[Stored entries]
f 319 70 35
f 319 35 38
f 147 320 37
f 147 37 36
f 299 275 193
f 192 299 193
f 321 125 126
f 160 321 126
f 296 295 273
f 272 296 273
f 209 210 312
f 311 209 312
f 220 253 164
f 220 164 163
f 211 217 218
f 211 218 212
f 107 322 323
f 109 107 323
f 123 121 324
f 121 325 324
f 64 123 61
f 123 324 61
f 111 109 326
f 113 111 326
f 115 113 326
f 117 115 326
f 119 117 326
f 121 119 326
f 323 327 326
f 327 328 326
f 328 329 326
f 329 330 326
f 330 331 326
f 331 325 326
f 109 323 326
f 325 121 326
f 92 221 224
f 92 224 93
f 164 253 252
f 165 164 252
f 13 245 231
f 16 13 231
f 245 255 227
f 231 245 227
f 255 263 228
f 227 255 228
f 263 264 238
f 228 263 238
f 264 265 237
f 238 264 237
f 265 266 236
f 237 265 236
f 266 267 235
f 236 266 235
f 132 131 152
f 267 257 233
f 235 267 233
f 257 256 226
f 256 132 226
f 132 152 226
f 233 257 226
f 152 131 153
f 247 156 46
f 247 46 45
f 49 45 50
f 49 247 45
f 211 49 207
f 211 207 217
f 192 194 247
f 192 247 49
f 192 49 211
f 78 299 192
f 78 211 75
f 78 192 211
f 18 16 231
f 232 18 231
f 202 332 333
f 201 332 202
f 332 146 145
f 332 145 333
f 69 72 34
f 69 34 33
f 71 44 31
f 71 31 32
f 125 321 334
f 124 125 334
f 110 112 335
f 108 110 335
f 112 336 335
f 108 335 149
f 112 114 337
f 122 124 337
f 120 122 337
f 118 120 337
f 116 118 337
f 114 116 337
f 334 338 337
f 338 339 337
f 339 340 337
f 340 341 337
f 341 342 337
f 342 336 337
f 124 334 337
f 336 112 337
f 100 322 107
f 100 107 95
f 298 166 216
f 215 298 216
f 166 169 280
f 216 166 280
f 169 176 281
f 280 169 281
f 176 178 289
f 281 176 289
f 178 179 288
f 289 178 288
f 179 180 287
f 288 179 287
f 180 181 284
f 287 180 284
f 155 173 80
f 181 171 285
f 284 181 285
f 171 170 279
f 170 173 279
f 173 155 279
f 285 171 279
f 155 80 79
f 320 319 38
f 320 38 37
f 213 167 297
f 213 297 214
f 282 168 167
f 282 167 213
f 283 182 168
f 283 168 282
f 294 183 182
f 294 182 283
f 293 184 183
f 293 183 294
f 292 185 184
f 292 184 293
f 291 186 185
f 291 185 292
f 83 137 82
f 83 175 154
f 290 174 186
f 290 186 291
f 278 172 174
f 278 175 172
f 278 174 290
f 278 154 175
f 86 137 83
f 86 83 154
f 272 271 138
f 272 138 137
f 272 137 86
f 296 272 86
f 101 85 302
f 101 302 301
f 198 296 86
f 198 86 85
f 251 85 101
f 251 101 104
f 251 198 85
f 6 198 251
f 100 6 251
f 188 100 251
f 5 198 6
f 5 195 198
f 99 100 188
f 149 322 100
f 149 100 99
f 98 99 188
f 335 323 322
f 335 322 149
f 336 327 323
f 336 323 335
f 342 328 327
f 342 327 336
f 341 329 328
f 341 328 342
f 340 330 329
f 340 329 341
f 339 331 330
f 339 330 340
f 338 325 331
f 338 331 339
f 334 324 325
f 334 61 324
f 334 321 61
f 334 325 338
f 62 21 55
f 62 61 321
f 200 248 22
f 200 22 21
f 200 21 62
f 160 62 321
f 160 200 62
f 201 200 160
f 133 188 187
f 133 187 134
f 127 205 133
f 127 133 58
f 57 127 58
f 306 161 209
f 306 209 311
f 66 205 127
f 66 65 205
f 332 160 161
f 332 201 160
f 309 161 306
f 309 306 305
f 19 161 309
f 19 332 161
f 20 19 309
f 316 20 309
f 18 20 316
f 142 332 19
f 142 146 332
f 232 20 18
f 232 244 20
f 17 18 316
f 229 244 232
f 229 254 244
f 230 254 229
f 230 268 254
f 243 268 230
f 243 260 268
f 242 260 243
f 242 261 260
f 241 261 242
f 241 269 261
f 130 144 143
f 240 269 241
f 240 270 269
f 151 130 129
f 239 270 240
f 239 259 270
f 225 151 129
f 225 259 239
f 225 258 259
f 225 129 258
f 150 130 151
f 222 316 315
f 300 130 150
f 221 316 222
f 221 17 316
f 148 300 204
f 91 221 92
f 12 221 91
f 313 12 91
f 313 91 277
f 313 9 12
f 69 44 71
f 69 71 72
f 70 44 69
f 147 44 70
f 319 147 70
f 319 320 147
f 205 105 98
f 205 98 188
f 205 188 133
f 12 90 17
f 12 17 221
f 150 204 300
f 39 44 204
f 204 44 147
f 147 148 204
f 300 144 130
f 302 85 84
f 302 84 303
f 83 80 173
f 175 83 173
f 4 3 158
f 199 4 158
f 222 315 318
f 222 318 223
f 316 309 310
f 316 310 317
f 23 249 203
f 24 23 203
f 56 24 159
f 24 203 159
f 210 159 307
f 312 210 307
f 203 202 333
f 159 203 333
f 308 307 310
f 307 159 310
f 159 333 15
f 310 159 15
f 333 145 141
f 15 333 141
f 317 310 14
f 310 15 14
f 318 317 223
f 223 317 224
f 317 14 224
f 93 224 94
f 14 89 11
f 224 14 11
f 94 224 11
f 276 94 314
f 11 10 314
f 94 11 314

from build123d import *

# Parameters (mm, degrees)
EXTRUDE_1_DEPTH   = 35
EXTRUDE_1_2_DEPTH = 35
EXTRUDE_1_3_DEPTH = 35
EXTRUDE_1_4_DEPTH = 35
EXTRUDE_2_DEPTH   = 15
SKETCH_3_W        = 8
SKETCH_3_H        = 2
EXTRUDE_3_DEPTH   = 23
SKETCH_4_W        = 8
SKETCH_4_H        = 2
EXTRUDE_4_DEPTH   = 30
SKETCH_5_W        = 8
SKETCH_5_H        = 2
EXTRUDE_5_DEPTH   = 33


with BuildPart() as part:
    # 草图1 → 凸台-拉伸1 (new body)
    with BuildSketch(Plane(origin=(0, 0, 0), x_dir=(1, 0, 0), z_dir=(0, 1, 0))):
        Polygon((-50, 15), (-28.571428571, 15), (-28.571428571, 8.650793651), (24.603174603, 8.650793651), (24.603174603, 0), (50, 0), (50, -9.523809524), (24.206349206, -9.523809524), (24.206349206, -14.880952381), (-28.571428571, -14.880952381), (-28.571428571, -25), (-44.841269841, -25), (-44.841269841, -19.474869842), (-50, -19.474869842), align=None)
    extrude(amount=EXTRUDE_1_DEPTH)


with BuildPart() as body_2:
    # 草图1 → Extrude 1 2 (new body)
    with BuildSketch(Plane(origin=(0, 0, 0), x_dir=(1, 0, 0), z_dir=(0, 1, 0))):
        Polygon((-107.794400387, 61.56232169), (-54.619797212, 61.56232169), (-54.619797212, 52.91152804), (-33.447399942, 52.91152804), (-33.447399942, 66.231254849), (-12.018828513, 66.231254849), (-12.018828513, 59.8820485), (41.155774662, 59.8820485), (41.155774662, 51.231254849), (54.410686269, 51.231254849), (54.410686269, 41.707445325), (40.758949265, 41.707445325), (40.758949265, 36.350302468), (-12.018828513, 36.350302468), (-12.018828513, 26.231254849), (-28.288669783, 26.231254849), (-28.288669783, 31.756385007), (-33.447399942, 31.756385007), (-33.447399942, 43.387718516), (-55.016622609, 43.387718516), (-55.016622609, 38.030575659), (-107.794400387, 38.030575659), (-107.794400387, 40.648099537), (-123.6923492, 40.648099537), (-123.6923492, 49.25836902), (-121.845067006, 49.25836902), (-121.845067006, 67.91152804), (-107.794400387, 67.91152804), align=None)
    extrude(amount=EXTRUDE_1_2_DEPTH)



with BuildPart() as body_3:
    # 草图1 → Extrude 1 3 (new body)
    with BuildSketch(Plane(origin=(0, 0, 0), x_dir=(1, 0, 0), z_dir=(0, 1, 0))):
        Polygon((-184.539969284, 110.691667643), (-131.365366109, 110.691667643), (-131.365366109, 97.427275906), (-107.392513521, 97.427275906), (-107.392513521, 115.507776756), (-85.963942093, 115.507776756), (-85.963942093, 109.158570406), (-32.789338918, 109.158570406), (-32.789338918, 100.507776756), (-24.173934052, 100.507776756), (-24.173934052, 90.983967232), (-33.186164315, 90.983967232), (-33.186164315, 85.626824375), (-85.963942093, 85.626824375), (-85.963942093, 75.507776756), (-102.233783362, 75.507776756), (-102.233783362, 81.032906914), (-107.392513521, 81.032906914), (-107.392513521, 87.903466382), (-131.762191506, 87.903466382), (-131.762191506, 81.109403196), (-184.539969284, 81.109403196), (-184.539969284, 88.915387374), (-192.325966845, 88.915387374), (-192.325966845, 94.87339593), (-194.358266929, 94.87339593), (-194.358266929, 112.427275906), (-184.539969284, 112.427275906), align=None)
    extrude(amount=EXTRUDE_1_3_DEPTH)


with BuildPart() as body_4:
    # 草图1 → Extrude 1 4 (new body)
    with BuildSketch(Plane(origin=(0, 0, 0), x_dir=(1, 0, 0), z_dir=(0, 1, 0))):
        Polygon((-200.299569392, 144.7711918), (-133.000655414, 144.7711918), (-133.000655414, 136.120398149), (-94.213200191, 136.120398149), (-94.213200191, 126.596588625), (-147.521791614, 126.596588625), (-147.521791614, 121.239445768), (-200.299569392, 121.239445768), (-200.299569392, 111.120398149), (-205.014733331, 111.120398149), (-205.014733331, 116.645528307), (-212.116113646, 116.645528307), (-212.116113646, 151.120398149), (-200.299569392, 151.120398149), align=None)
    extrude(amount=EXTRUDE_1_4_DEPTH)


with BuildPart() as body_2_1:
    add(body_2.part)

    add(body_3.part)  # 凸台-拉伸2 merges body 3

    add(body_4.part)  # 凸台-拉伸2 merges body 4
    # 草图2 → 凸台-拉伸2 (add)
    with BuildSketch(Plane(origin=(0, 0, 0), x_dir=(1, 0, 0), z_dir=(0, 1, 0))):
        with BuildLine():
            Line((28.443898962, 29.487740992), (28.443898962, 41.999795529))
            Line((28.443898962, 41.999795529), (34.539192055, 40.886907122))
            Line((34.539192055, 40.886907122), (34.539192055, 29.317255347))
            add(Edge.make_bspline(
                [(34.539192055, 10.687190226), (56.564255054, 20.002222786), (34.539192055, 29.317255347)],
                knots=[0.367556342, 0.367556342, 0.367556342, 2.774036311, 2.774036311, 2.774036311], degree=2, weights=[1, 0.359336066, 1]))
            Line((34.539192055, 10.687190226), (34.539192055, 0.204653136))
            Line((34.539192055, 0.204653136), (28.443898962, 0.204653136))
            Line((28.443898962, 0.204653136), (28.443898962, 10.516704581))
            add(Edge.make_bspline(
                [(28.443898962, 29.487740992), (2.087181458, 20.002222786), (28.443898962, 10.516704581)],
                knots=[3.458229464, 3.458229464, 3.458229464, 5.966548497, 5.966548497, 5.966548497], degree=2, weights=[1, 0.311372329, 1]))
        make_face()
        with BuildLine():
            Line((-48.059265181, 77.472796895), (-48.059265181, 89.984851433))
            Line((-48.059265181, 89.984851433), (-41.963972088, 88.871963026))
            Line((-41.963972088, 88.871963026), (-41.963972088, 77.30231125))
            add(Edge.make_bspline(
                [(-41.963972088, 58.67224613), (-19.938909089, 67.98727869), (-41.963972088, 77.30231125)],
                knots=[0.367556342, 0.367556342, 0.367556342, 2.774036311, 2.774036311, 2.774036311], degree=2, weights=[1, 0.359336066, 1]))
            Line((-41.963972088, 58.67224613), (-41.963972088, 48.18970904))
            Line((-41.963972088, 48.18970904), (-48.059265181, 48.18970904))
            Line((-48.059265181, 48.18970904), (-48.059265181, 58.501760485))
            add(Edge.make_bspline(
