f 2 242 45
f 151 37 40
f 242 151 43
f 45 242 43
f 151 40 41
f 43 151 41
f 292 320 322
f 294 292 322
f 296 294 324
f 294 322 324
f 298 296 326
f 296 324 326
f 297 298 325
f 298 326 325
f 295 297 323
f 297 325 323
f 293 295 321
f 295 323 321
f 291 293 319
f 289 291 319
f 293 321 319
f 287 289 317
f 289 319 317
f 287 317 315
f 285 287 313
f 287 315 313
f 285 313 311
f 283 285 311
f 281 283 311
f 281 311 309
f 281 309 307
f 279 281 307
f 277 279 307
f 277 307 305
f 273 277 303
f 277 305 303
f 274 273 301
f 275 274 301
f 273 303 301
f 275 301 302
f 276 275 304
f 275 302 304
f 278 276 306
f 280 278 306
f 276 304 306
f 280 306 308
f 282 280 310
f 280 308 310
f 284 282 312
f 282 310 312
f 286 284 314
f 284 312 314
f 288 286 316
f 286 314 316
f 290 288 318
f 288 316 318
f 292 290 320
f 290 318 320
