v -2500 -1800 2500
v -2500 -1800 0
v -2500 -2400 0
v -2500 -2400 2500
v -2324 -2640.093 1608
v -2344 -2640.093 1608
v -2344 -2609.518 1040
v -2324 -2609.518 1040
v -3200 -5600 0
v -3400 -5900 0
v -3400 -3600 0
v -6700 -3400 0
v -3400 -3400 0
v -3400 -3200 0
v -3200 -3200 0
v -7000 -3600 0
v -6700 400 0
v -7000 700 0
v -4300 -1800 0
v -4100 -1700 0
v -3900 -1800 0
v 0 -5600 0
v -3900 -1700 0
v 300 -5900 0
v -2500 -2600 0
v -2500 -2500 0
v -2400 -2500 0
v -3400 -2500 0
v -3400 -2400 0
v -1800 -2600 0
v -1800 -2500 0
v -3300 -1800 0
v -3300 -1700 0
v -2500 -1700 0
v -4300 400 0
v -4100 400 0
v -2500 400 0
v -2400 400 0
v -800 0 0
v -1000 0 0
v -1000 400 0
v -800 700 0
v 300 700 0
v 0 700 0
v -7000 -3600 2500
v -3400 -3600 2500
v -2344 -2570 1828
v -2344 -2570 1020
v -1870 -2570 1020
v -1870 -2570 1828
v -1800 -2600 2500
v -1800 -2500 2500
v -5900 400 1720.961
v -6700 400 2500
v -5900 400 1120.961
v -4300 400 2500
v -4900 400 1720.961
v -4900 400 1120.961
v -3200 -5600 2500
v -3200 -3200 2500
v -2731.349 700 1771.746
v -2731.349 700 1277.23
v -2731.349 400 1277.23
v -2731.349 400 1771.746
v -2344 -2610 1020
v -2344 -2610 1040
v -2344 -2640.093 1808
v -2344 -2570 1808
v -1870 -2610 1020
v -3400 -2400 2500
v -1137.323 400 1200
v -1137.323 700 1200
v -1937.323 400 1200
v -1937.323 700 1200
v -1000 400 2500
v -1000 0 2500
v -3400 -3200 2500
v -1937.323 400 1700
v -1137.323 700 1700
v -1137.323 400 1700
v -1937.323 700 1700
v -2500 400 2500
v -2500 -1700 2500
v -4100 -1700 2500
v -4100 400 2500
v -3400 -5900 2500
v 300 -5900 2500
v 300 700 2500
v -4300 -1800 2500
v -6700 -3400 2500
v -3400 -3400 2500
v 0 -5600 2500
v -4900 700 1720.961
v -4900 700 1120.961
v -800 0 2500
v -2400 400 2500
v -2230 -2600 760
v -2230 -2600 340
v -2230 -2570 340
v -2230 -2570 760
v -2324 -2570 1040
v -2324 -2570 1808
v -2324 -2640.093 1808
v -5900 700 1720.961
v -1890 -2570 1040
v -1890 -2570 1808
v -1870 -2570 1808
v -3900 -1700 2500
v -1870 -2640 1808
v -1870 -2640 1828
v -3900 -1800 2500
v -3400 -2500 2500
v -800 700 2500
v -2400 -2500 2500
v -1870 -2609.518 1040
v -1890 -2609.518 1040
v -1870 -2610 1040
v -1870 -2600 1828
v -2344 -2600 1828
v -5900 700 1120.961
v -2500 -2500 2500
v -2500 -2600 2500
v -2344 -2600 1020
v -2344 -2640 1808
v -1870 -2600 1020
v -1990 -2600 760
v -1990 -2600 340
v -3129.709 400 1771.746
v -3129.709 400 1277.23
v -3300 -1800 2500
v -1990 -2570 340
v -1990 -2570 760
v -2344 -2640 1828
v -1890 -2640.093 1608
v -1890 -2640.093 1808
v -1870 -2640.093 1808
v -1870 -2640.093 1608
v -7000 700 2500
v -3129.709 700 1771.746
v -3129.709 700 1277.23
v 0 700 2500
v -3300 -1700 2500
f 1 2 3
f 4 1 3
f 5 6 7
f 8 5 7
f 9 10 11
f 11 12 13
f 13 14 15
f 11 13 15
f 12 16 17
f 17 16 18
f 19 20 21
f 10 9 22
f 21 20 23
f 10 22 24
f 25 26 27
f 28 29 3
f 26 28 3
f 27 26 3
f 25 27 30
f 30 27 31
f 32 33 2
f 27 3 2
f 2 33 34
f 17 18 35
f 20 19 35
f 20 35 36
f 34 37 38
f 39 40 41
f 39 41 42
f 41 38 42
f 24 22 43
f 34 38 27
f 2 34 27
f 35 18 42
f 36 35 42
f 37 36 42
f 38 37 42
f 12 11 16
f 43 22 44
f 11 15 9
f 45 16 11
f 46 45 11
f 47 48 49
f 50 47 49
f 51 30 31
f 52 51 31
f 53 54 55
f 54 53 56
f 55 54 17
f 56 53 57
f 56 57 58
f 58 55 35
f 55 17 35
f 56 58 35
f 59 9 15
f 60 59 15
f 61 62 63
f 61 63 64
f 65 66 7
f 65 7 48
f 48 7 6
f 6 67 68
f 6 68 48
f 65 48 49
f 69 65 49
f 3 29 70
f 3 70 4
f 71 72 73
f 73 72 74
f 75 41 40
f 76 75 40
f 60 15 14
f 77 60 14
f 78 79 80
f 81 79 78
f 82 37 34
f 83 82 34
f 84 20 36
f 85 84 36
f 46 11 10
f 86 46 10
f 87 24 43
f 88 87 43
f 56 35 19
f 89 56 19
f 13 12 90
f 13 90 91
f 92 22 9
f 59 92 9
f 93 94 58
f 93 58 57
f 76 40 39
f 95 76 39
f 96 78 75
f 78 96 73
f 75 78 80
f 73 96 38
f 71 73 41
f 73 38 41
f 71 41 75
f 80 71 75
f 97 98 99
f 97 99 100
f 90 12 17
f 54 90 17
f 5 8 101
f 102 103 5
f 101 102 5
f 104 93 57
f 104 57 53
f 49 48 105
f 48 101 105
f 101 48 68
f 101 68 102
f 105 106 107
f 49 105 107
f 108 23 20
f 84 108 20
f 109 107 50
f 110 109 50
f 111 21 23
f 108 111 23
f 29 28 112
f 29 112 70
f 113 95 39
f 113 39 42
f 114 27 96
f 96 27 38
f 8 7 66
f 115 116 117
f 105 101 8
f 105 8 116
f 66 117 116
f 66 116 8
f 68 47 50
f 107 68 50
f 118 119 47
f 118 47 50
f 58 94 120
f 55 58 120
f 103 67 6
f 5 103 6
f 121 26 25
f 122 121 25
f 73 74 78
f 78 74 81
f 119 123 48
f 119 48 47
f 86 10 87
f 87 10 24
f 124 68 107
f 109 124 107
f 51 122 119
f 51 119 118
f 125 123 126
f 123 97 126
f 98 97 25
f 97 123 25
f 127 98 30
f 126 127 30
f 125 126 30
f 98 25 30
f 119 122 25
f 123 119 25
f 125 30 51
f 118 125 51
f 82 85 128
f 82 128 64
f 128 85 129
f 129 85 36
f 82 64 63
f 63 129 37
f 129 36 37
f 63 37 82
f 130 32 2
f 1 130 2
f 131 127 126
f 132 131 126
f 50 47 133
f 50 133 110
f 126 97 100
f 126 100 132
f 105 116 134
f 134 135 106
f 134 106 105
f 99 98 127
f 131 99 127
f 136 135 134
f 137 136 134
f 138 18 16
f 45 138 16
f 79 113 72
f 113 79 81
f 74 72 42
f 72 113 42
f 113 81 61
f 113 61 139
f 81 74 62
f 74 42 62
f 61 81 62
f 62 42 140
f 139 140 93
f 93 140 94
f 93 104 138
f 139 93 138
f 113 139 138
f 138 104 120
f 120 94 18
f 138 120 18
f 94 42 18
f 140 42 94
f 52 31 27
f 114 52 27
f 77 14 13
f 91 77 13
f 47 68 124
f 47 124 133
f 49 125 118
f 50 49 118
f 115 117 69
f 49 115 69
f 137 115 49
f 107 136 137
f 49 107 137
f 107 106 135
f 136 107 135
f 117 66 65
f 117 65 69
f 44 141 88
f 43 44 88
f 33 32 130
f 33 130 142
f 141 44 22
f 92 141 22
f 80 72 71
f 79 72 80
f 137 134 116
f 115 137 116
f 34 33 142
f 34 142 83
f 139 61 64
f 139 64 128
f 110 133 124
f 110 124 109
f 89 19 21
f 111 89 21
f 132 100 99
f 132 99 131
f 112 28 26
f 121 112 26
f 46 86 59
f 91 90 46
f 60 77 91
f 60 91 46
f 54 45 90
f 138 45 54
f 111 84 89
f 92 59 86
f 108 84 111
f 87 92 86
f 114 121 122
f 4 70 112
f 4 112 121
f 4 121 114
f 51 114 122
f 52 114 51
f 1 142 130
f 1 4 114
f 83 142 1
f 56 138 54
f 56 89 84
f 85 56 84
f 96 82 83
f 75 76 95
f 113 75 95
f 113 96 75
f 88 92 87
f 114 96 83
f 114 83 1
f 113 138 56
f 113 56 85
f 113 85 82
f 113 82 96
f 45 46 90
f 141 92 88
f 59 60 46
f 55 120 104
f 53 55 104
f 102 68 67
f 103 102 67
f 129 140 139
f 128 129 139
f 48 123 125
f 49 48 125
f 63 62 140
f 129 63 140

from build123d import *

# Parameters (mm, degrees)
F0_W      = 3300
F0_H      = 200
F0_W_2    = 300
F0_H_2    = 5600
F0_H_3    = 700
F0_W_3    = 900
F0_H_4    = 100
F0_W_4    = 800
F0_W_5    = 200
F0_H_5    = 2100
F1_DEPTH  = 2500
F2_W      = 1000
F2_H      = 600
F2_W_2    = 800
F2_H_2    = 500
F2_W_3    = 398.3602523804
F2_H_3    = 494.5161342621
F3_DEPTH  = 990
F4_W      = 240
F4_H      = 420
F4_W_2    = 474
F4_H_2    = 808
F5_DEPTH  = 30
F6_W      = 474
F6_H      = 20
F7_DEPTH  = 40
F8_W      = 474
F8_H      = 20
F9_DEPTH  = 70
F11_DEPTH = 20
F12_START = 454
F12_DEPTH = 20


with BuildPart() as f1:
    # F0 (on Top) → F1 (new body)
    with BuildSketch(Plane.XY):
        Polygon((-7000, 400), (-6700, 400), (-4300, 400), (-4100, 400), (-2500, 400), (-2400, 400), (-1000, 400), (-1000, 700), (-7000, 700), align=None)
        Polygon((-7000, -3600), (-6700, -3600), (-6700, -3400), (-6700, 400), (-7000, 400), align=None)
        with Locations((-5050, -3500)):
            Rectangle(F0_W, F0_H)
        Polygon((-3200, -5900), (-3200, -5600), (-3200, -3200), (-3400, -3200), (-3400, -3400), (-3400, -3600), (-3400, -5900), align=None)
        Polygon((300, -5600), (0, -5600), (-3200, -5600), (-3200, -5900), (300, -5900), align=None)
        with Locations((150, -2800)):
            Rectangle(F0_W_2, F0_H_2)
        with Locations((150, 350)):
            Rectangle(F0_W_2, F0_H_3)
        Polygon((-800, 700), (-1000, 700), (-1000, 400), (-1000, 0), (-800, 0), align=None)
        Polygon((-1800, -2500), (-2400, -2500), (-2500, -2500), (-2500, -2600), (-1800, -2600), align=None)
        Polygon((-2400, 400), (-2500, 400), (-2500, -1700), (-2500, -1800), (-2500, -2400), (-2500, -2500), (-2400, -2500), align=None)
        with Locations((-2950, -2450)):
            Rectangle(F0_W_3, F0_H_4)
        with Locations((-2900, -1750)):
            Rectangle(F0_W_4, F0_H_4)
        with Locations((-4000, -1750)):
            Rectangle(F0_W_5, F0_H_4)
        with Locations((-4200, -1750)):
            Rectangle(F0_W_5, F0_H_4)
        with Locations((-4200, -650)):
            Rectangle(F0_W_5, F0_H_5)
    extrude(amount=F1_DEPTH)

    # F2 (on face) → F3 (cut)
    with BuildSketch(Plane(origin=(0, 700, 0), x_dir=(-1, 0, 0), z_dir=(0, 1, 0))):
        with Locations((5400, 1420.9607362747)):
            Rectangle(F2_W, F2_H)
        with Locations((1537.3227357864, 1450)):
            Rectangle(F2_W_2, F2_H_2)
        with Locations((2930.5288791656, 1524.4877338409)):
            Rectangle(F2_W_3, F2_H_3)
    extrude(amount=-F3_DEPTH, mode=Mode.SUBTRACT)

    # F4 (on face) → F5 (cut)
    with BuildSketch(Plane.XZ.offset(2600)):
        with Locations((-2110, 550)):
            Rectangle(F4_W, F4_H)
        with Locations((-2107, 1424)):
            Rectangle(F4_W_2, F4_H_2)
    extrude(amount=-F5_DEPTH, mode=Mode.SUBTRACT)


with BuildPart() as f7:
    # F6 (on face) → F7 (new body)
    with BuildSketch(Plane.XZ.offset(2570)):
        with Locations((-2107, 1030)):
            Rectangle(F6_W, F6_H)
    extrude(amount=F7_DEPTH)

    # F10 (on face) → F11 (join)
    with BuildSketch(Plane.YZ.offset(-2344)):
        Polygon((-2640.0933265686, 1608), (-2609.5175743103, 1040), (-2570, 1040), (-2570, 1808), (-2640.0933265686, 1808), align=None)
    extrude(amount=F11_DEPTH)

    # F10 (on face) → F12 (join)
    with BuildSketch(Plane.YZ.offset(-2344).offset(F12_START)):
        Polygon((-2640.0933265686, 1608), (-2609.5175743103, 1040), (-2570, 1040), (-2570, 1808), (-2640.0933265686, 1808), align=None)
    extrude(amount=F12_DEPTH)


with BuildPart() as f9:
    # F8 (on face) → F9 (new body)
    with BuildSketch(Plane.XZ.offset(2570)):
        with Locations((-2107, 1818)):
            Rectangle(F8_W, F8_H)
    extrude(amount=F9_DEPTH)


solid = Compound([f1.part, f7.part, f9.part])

Problem to solve:
All that belongs in your answer is the stretch of entries above from the line with "f 243 260 268" through the line with "# 草图1 → 凸台-拉伸1 (new body)", printed exactly.

Answer to this task:
f 243 260 268
f 242 260 243
f 242 261 260
f 241 261 242
f 241 269 261
f 130 144 143
f 240 269 241
f 240 270 269
f 151 130 129
f 239 270 240
f 239 259 270
f 225 151 129
f 225 259 239
f 225 258 259
f 225 129 258
f 150 130 151
f 222 316 315
f 300 130 150
f 221 316 222
f 221 17 316
f 148 300 204
f 91 221 92
f 12 221 91
f 313 12 91
f 313 91 277
f 313 9 12
f 69 44 71
f 69 71 72
f 70 44 69
f 147 44 70
f 319 147 70
f 319 320 147
f 205 105 98
f 205 98 188
f 205 188 133
f 12 90 17
f 12 17 221
f 150 204 300
f 39 44 204
f 204 44 147
f 147 148 204
f 300 144 130
f 302 85 84
f 302 84 303
f 83 80 173
f 175 83 173
f 4 3 158
f 199 4 158
f 222 315 318
f 222 318 223
f 316 309 310
f 316 310 317
f 23 249 203
f 24 23 203
f 56 24 159
f 24 203 159
f 210 159 307
f 312 210 307
f 203 202 333
f 159 203 333
f 308 307 310
f 307 159 310
f 159 333 15
f 310 159 15
f 333 145 141
f 15 333 141
f 317 310 14
f 310 15 14
f 318 317 223
f 223 317 224
f 317 14 224
f 93 224 94
f 14 89 11
f 224 14 11
f 94 224 11
f 276 94 314
f 11 10 314
f 94 11 314

from build123d import *

# Parameters (mm, degrees)
EXTRUDE_1_DEPTH   = 35
EXTRUDE_1_2_DEPTH = 35
EXTRUDE_1_3_DEPTH = 35
EXTRUDE_1_4_DEPTH = 35
EXTRUDE_2_DEPTH   = 15
SKETCH_3_W        = 8
SKETCH_3_H        = 2
EXTRUDE_3_DEPTH   = 23
SKETCH_4_W        = 8
SKETCH_4_H        = 2
EXTRUDE_4_DEPTH   = 30
SKETCH_5_W        = 8
SKETCH_5_H        = 2
EXTRUDE_5_DEPTH   = 33


with BuildPart() as part:
    # 草图1 → 凸台-拉伸1 (new body)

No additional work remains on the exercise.